Pettifer! The mere mention of the name brought back to him the long passage of the years. Why, Pettifer had been dead these dozen years and more. He told her so.
"Has he? Well, it was owing to Major Pettifer that I married Sir Matthew Griswold."
"Owing to Pettifer? How do you mean?"
"He came down with you one day to mother's. At that time mother was worrying me to marry Sir Matthew, and Sir Matthew himself was worrying me even worse than mother. Between them I was nearly driven out of my mind. I chanced to be passing an open window when I overheard a remark which Major Pettifer addressed to you. 'To you,' he said, 'marrying a poor girl means ruin.' 'Well,' you answered, 'it shall mean ruin.' Your words struck me as with a sudden light of revelation. I made up my mind upon the instant. I told myself that if marrying a poor girl did mean ruin, then a poor girl you should not marry. Sir Matthew seemed even older than he was. My mother had told me, with her own lips, that it was quite possible that he would not live a year. I knew all through that you never would marry anyone but me. I knew you, Ronald! Even supposing Sir Matthew lived two years--then I should not be poor. You would not be ruined by mating yourself with poverty."
She was silent. And he was silent. This was far worse than he could possibly have expected.

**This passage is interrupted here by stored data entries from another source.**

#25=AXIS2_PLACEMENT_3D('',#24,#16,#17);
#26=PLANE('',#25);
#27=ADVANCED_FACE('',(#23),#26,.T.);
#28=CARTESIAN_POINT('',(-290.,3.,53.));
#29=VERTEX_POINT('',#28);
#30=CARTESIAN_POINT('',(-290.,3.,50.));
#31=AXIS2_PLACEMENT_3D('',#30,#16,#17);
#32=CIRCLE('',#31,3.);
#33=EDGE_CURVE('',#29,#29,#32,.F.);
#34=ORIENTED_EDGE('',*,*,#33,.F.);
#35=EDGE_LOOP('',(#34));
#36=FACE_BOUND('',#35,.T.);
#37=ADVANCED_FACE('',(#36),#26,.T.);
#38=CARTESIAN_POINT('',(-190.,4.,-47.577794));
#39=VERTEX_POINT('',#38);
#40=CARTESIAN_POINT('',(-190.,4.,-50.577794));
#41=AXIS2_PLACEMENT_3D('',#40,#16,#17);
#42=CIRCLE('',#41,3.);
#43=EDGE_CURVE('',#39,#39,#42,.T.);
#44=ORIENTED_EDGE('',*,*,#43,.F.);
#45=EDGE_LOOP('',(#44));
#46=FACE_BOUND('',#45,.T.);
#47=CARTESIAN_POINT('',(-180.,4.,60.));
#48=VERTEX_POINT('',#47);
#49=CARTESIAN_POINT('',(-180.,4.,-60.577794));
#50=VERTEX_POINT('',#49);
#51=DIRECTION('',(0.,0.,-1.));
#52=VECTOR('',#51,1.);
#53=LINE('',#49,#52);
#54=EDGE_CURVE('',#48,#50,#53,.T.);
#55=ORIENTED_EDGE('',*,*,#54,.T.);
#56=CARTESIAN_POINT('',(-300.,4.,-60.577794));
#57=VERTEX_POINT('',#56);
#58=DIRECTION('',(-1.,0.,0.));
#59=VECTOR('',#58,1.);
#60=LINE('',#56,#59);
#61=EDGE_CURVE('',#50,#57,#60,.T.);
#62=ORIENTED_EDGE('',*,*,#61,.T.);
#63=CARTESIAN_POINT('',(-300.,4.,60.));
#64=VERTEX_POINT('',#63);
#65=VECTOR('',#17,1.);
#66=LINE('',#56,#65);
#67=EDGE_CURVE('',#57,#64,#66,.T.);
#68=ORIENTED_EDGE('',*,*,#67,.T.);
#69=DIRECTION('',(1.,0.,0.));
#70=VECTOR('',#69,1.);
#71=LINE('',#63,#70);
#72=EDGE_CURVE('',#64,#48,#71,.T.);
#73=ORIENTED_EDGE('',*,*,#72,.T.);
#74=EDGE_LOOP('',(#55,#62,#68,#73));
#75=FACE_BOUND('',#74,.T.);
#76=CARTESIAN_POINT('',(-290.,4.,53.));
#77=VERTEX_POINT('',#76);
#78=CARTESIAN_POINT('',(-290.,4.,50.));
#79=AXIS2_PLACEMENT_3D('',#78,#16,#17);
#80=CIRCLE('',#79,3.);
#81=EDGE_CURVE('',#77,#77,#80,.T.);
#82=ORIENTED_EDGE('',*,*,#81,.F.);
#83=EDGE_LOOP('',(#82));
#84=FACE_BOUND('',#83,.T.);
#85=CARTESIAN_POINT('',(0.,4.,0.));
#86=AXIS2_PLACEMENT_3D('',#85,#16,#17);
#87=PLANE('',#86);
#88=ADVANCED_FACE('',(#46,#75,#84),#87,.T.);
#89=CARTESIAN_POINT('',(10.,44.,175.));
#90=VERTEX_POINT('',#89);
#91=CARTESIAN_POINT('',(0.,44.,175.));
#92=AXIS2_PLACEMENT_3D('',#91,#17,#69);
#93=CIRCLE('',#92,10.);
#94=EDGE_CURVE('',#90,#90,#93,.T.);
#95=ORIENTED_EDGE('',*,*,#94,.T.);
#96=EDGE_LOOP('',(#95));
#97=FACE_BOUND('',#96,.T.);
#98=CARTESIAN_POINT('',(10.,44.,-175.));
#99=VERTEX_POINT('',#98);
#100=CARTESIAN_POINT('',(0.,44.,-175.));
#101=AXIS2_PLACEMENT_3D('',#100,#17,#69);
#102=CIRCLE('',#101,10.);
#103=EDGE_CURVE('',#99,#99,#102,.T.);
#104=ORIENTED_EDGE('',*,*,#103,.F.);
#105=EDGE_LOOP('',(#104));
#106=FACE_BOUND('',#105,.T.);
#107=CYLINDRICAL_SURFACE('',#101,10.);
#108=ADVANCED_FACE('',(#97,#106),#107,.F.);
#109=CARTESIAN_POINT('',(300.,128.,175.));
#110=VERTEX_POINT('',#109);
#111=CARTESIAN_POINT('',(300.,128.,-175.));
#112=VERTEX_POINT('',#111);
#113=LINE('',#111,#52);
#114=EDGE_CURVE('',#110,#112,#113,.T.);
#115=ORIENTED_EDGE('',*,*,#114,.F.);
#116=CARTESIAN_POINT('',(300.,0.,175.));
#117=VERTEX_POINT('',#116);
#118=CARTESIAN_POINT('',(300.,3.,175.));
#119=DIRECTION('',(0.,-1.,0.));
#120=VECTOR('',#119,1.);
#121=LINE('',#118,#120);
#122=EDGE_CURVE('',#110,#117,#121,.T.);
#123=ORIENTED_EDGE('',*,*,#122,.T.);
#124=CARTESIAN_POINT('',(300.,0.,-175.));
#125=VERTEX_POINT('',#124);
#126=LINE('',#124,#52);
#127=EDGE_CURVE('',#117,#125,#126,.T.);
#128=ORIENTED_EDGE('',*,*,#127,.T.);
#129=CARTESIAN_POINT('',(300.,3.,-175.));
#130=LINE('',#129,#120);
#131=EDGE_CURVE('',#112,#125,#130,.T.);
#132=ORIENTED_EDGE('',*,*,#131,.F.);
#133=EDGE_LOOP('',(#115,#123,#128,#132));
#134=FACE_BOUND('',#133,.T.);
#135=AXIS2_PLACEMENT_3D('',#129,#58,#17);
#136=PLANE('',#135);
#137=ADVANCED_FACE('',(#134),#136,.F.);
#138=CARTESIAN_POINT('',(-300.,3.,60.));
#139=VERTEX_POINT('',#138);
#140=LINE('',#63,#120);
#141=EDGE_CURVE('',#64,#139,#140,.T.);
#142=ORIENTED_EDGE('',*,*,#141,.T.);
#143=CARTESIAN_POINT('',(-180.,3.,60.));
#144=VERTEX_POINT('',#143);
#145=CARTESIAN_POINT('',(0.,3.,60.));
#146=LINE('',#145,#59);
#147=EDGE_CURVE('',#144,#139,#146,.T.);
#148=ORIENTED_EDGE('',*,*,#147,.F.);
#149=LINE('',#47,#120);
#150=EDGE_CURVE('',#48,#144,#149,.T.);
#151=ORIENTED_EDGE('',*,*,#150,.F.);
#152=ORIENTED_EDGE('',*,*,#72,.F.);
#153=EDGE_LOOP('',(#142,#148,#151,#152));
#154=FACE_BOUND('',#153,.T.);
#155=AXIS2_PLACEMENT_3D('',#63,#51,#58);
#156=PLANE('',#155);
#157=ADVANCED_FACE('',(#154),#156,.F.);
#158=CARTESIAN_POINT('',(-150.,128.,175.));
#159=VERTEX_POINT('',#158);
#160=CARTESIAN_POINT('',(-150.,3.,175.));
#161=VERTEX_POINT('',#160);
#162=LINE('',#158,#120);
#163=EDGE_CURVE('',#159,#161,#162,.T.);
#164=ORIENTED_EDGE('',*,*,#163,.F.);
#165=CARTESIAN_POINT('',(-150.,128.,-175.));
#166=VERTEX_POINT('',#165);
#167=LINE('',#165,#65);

"Do you mean to say that you married Griswold because of some chance words which you heard Pettifer address to me, a mere fragment of a conversation to which you did not even possess the key?"
"I do. I simply made up my mind that you should not be ruined by marrying me, even though, for love of me, you courted ruin. I resolved that when I became your wife, in every possible sense of the word I would bring you fortune."
"But during eighteen years of married life have you had no sort of compensation?"
"I have had the compensation of looking forward, the compensation of expecting this."
What could he say to her? He vowed that never again would he commit himself even to the extent of dropping a hint. He ought to have better learnt the lesson which had been taught him on many and many a platform.